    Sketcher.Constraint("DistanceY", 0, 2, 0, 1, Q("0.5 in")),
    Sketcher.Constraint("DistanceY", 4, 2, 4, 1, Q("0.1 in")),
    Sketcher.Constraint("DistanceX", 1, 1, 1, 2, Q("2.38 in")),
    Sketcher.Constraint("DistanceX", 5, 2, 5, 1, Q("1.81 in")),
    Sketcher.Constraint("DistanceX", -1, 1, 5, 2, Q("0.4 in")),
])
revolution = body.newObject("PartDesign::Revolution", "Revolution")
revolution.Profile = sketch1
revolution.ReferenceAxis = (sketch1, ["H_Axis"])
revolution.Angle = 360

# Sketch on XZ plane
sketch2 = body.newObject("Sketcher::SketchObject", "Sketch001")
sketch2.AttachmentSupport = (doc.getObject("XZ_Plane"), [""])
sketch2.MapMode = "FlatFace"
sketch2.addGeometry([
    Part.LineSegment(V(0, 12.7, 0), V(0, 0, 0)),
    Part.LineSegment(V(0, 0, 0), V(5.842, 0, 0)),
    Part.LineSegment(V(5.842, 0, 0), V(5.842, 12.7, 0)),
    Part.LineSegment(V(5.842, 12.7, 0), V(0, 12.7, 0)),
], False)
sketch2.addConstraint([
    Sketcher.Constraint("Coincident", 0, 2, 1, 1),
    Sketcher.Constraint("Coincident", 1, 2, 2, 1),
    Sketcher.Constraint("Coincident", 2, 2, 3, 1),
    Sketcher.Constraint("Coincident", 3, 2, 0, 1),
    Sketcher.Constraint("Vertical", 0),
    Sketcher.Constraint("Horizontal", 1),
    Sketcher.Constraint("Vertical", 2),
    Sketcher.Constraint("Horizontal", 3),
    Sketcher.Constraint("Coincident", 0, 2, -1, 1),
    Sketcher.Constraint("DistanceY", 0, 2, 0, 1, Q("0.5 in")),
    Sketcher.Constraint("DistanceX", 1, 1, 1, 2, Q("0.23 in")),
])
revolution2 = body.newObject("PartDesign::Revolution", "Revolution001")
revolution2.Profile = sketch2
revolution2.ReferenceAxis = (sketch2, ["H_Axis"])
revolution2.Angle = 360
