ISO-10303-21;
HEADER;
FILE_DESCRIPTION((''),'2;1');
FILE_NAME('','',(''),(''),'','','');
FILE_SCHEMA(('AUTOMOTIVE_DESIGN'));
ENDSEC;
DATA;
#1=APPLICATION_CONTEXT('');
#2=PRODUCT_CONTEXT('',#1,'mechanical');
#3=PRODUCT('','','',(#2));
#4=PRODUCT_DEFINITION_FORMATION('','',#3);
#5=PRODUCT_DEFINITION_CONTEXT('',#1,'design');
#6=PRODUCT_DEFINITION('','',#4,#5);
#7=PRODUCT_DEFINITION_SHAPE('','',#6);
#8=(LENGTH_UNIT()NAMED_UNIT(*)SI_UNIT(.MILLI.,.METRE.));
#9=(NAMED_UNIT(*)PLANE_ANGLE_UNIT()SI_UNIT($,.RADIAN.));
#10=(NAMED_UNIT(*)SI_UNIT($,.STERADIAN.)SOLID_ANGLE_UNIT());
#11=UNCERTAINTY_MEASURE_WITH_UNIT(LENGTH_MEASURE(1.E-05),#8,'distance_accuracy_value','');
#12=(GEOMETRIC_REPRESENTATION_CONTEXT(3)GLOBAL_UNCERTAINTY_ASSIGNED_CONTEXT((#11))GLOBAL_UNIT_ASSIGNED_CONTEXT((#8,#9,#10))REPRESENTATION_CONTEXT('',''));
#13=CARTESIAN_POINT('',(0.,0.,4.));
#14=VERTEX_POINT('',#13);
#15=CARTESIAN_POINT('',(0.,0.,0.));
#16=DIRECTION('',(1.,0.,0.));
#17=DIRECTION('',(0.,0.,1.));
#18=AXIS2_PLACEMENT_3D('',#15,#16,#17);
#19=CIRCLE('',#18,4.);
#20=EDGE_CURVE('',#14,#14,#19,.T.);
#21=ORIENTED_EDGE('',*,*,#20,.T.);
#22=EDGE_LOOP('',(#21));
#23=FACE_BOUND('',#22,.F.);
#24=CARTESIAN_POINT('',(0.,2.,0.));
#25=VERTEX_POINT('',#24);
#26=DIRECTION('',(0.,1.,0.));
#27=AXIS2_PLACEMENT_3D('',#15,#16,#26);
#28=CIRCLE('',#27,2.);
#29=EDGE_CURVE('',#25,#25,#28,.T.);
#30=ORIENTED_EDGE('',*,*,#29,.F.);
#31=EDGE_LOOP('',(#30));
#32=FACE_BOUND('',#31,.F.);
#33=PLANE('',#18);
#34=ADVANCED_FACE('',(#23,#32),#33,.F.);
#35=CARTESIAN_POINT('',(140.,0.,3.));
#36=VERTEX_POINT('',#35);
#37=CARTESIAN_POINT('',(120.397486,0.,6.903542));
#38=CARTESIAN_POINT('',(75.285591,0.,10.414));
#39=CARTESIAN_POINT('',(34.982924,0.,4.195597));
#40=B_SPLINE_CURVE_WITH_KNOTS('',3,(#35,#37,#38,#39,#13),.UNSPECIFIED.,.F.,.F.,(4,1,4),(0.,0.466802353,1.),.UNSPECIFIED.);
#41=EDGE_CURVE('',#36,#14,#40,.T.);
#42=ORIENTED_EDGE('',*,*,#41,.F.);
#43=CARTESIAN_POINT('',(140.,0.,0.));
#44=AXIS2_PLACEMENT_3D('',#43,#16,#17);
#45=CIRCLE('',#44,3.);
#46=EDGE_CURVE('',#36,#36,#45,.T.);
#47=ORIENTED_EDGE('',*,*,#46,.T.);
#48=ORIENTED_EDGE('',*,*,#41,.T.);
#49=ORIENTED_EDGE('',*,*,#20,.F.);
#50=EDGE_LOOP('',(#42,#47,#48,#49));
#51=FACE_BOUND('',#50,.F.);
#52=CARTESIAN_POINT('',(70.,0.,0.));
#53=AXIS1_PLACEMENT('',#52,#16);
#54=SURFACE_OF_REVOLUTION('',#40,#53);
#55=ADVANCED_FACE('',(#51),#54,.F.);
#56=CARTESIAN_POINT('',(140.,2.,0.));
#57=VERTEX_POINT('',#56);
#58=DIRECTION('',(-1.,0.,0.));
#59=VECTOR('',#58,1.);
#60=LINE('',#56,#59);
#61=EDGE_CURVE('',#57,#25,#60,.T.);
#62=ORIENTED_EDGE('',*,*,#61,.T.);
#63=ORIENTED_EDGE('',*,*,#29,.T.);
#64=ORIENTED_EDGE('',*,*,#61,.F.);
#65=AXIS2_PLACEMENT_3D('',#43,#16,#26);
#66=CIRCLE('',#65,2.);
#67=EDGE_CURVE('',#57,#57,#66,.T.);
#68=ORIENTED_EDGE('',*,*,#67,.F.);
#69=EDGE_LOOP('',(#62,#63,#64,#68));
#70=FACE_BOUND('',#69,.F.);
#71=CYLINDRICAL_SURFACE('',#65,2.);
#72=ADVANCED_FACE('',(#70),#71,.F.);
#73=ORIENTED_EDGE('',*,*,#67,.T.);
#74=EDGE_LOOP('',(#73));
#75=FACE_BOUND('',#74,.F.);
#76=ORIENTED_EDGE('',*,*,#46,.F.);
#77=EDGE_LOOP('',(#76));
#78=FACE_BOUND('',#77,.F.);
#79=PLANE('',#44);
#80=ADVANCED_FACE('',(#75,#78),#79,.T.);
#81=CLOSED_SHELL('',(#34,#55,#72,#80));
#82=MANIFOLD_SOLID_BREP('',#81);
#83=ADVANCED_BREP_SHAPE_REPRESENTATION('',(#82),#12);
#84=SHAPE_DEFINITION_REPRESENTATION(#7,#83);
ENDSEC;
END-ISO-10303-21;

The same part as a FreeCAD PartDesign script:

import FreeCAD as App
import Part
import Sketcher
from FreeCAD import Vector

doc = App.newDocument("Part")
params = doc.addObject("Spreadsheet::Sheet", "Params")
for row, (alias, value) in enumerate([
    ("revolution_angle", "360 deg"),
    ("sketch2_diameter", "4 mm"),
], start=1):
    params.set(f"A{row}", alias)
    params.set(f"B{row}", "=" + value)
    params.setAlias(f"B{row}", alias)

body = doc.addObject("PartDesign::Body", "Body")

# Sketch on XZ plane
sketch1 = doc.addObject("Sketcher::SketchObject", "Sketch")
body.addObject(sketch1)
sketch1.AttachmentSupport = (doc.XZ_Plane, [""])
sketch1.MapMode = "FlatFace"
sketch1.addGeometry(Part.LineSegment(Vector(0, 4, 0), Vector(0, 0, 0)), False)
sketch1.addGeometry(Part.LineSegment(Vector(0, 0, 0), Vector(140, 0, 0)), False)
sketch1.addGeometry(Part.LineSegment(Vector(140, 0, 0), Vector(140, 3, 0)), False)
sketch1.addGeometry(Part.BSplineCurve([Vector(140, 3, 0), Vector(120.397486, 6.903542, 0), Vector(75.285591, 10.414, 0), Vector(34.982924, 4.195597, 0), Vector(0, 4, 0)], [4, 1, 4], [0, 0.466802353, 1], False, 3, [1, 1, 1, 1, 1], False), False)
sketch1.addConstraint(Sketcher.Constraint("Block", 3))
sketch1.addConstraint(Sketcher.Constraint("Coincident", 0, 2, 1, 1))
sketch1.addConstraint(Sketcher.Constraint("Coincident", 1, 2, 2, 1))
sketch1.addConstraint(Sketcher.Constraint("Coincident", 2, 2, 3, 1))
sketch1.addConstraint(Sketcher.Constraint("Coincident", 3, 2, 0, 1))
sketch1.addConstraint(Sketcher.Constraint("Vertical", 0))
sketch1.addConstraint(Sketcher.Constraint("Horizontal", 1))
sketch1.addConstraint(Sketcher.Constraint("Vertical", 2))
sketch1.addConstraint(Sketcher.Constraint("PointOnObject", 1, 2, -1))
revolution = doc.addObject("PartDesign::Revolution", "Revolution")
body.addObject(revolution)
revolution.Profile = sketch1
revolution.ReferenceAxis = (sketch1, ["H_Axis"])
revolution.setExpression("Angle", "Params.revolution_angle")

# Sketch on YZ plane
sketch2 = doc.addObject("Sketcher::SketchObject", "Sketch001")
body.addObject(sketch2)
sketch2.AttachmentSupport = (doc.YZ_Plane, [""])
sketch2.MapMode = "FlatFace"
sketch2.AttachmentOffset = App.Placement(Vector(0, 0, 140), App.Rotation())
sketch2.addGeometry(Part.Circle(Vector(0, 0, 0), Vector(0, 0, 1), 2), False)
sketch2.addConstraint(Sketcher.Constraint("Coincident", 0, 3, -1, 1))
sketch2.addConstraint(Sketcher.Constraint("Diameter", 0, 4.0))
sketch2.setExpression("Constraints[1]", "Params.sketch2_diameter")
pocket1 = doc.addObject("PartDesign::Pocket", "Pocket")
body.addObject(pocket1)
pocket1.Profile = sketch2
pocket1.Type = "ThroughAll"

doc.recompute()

--------------------------------------------------

▶ TASK INSTRUCTIONS:
What is needed here is how many lines of the entries contain "DIRECTION"; give that number alone.

▶ FINISHED TASK:
4